> Your task
Tell how many lines in the data contain the word "BuildSketch", and leave out everything else.

> Data shown
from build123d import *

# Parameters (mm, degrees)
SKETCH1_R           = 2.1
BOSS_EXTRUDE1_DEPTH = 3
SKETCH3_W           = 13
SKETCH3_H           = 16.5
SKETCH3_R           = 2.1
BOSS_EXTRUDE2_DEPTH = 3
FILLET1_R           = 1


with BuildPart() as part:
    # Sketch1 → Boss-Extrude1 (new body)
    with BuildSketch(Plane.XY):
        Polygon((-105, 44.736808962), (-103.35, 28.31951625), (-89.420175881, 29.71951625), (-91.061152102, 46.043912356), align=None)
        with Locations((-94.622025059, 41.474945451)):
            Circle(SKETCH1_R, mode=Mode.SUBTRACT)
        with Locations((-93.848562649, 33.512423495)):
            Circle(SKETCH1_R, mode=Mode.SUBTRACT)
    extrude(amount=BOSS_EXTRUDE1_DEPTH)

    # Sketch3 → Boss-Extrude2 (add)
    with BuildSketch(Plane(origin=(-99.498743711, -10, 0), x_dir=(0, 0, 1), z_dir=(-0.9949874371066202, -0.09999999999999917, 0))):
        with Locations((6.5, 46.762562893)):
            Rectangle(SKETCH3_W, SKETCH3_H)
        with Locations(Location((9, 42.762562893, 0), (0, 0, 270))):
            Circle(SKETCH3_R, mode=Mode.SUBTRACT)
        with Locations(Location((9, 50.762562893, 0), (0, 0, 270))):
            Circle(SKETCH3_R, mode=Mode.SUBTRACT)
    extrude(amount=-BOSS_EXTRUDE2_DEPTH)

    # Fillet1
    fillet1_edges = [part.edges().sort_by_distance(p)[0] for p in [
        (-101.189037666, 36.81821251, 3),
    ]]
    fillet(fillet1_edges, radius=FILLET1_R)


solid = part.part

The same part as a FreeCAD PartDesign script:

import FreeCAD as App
import Part
import Sketcher

V = App.Vector
Q = App.Units.Quantity


def edges_at(feature, points):
    """Names of the edges that pass closest to the given points."""
    edges = feature.Shape.Edges
    near = lambda p: min(range(len(edges)), key=lambda i: edges[i].distToShape(Part.Vertex(*p))[0])
    return sorted({f"Edge{near(p) + 1}" for p in points})

doc = App.newDocument("Part")
params = doc.addObject("Spreadsheet::Sheet", "Params")
for row, (alias, value) in enumerate([
    ("sketch1_diameter", "4.2 mm"),
    ("sketch1_length", "14 mm"),
    ("sketch1_length2", "16.5 mm"),
    ("pad1_length", "3 mm"),
    ("sketch2_diameter", "4.2 mm"),
    ("sketch2_width", "13 mm"),
    ("sketch2_height", "16.5 mm"),
    ("pad2_length", "3 mm"),
    ("fillet_radius", "1 mm"),
], start=1):
    params.set(f"A{row}", alias)
    params.set(f"B{row}", "=" + value)
    params.setAlias(f"B{row}", alias)

body = doc.addObject("PartDesign::Body", "Body")

# Sketch on XY plane
sketch1 = doc.addObject("Sketcher::SketchObject", "Sketch")
body.addObject(sketch1)
sketch1.AttachmentSupport = (doc.XY_Plane, [""])
sketch1.MapMode = "FlatFace"
sketch1.addGeometry([
    Part.LineSegment(V(-105, 44.7, 0), V(-103.3, 28.3, 0)),  # 0
    Part.LineSegment(V(-103.3, 28.3, 0), V(-89.4, 29.7, 0)),  # 1
    Part.LineSegment(V(-89.4, 29.7, 0), V(-91.1, 46, 0)),  # 2
    Part.LineSegment(V(-91.1, 46, 0), V(-105, 44.7, 0)),  # 3
    Part.Circle(V(-93.8, 33.5, 0), V(0, 0, 1), 2.1),  # 4
    Part.Circle(V(-94.6, 41.5, 0), V(0, 0, 1), 2.1),  # 5
], False)
sketch1.addConstraint([
    Sketcher.Constraint("Coincident", 0, 2, 1, 1),
    Sketcher.Constraint("Coincident", 1, 2, 2, 1),
    Sketcher.Constraint("Coincident", 2, 2, 3, 1),
    Sketcher.Constraint("Coincident", 3, 2, 0, 1),
    Sketcher.Constraint("Equal", 4, 5),
    Sketcher.Constraint("Perpendicular", 0, 1),
    Sketcher.Constraint("Equal", 1, 3),
    Sketcher.Constraint("Diameter", 4, Q("4.2 mm")),
    Sketcher.Constraint("Distance", 1, Q("14 mm")),
    Sketcher.Constraint("DistanceX", 3, 2, -1, 1, Q("105 mm")),
    Sketcher.Constraint("Distance", 0, Q("16.5 mm")),
    Sketcher.Constraint("DistanceY", 0, 2, 1, 2, Q("1.4 mm")),
    Sketcher.Constraint("DistanceY", -1, 1, 3, 2, Q("44.736809 mm")),
    Sketcher.Constraint("DistanceY", 4, 3, 5, 3, Q("7.962522 mm")),
    Sketcher.Constraint("DistanceY", 0, 2, 5, 3, Q("13.155429 mm")),
    Sketcher.Constraint("DistanceX", 5, 3, 1, 2, Q("5.201849 mm")),
    Sketcher.Constraint("DistanceX", 4, 3, 2, 2, Q("2.787411 mm")),
    Sketcher.Constraint("DistanceY", 4, 3, 2, 2, Q("12.531489 mm")),
])
sketch1.setExpression("Constraints[7]", "Params.sketch1_diameter")
sketch1.setExpression("Constraints[8]", "Params.sketch1_length")
sketch1.setExpression("Constraints[10]", "Params.sketch1_length2")
pad1 = doc.addObject("PartDesign::Pad", "Pad")
body.addObject(pad1)
pad1.Profile = sketch1
pad1.setExpression("Length", "Params.pad1_length")

# Sketch on an angled plane
sketch2 = doc.addObject("Sketcher::SketchObject", "Sketch001")
body.addObject(sketch2)
sketch2.Placement = App.Placement(V(-99.498744, -10, 0), App.Rotation(V(0, 0, 1), V(-0.1, 0.994987437, 0), V(-0.994987437, -0.1, 0), "ZXY"))
sketch2.addGeometry([
    Part.LineSegment(V(0, 55, 0), V(0, 38.5, 0)),  # 0
    Part.LineSegment(V(0, 38.5, 0), V(13, 38.5, 0)),  # 1
    Part.LineSegment(V(13, 38.5, 0), V(13, 55, 0)),  # 2
    Part.LineSegment(V(13, 55, 0), V(0, 55, 0)),  # 3
    Part.Circle(V(9, 42.8, 0), V(0, 0, 1), 2.1),  # 4
    Part.Circle(V(9, 50.8, 0), V(0, 0, 1), 2.1),  # 5
], False)
sketch2.addConstraint([
    Sketcher.Constraint("Coincident", 0, 2, 1, 1),
    Sketcher.Constraint("Coincident", 1, 2, 2, 1),
    Sketcher.Constraint("Coincident", 2, 2, 3, 1),
    Sketcher.Constraint("Coincident", 3, 2, 0, 1),
    Sketcher.Constraint("Vertical", 0),
    Sketcher.Constraint("Horizontal", 1),
    Sketcher.Constraint("Vertical", 2),
    Sketcher.Constraint("Horizontal", 3),
    Sketcher.Constraint("Equal", 4, 5),
    Sketcher.Constraint("PointOnObject", 0, 2, -2),
    Sketcher.Constraint("Vertical", 4, 3, 5, 3),
    Sketcher.Constraint("Diameter", 4, Q("4.2 mm")),
    Sketcher.Constraint("DistanceX", 1, 1, 1, 2, Q("13 mm")),
    Sketcher.Constraint("DistanceY", 0, 2, 0, 1, Q("16.5 mm")),
    Sketcher.Constraint("DistanceX", -1, 1, 4, 3, Q("9 mm")),
    Sketcher.Constraint("DistanceY", 4, 3, 5, 3, Q("8 mm")),
    Sketcher.Constraint("DistanceY", 0, 2, 4, 3, Q("4.25 mm")),
    Sketcher.Constraint("DistanceY", -1, 1, 4, 3, Q("42.762563 mm")),
])
sketch2.setExpression("Constraints[11]", "Params.sketch2_diameter")
sketch2.setExpression("Constraints[12]", "Params.sketch2_width")
sketch2.setExpression("Constraints[13]", "Params.sketch2_height")
pad2 = doc.addObject("PartDesign::Pad", "Pad001")
body.addObject(pad2)
pad2.Profile = sketch2
pad2.setExpression("Length", "Params.pad2_length")
pad2.Reversed = True
doc.recompute()

fillet = doc.addObject("PartDesign::Fillet", "Fillet")
body.addObject(fillet)
fillet.Base = (pad2, edges_at(pad2, [(-101.189, 36.818, 3)]))
fillet.setExpression("Radius", "Params.fillet_radius")

doc.recompute()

> Finished exercise
2